> **Instructions for the task**: Which lines of the data include the string "amount"? List them all.

> **Material provided**:
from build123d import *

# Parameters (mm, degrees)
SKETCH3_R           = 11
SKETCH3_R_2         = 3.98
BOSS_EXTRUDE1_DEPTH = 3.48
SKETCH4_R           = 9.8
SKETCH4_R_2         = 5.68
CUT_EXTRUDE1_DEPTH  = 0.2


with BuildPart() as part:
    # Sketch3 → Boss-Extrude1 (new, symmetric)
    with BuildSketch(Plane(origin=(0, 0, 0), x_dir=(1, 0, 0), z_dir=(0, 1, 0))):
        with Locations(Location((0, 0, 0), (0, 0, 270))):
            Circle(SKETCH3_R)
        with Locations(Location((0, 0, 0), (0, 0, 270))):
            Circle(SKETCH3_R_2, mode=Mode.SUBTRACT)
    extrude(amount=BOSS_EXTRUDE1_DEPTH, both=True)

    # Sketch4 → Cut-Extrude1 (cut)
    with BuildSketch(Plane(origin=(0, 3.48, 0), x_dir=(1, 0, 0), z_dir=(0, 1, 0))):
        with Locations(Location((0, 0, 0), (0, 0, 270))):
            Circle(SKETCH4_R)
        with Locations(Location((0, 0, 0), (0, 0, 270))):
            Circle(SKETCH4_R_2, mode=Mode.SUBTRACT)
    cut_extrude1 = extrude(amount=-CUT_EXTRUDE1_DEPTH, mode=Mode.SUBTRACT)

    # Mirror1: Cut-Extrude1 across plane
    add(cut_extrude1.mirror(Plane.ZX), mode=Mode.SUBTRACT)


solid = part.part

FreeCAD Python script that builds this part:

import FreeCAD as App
import Part
import Sketcher

V = App.Vector

doc = App.newDocument("Part")
params = doc.addObject("Spreadsheet::Sheet", "Params")
for row, (alias, value) in enumerate([
    ("sketch1_diameter", "22 mm"),
    ("sketch1_diameter2", "7.96 mm"),
    ("pad1_length", "6.96 mm"),
    ("sketch2_diameter", "19.6 mm"),
    ("sketch2_diameter2", "11.36 mm"),
    ("pocket1_length", "0.2 mm"),
], start=1):
    params.set(f"A{row}", alias)
    params.set(f"B{row}", "=" + value)
    params.setAlias(f"B{row}", alias)

body = doc.addObject("PartDesign::Body", "Body")

sketch1 = doc.addObject("Sketcher::SketchObject", "Sketch")
body.addObject(sketch1)
sketch1.AttachmentSupport = (doc.XZ_Plane, [""])
sketch1.MapMode = "FlatFace"
sketch1.addGeometry(Part.Circle(V(0, 0, 0), V(0, 0, 1), 11), False)
sketch1.addGeometry(Part.Circle(V(0, 0, 0), V(0, 0, 1), 4), False)
sketch1.addConstraint(Sketcher.Constraint("Coincident", 0, 3, -1, 1))
sketch1.addConstraint(Sketcher.Constraint("Coincident", 1, 3, -1, 1))
sketch1.addConstraint(Sketcher.Constraint("Diameter", 0, 22.0))
sketch1.addConstraint(Sketcher.Constraint("Diameter", 1, 7.96))
sketch1.setExpression("Constraints[2]", "Params.sketch1_diameter")
sketch1.setExpression("Constraints[3]", "Params.sketch1_diameter2")
pad1 = doc.addObject("PartDesign::Pad", "Pad")
body.addObject(pad1)
pad1.Profile = sketch1
pad1.setExpression("Length", "Params.pad1_length")
pad1.Midplane = True

sketch2 = doc.addObject("Sketcher::SketchObject", "Sketch001")
body.addObject(sketch2)
sketch2.AttachmentSupport = (doc.XZ_Plane, [""])
sketch2.MapMode = "FlatFace"
sketch2.AttachmentOffset = App.Placement(V(0, 0, -3.48), App.Rotation())
sketch2.addGeometry(Part.Circle(V(0, 0, 0), V(0, 0, 1), 10), False)
sketch2.addGeometry(Part.Circle(V(0, 0, 0), V(0, 0, 1), 6), False)
sketch2.addConstraint(Sketcher.Constraint("Coincident", 0, 3, -1, 1))
sketch2.addConstraint(Sketcher.Constraint("Coincident", 1, 3, -1, 1))
sketch2.addConstraint(Sketcher.Constraint("Diameter", 0, 19.6))
sketch2.addConstraint(Sketcher.Constraint("Diameter", 1, 11.36))
sketch2.setExpression("Constraints[2]", "Params.sketch2_diameter")
sketch2.setExpression("Constraints[3]", "Params.sketch2_diameter2")
pocket1 = doc.addObject("PartDesign::Pocket", "Pocket")
body.addObject(pocket1)
pocket1.Profile = sketch2
pocket1.setExpression("Length", "Params.pocket1_length")
pocket1.Reversed = True
doc.recompute()

mirrored = doc.addObject("PartDesign::Mirrored", "Mirrored")
body.addObject(mirrored)
mirrored.Originals = [pocket1]
mirrored.MirrorPlane = (doc.XZ_Plane, [""])
body.Tip = mirrored

doc.recompute()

> **Your solution**:
    extrude(amount=BOSS_EXTRUDE1_DEPTH, both=True)
    cut_extrude1 = extrude(amount=-CUT_EXTRUDE1_DEPTH, mode=Mode.SUBTRACT)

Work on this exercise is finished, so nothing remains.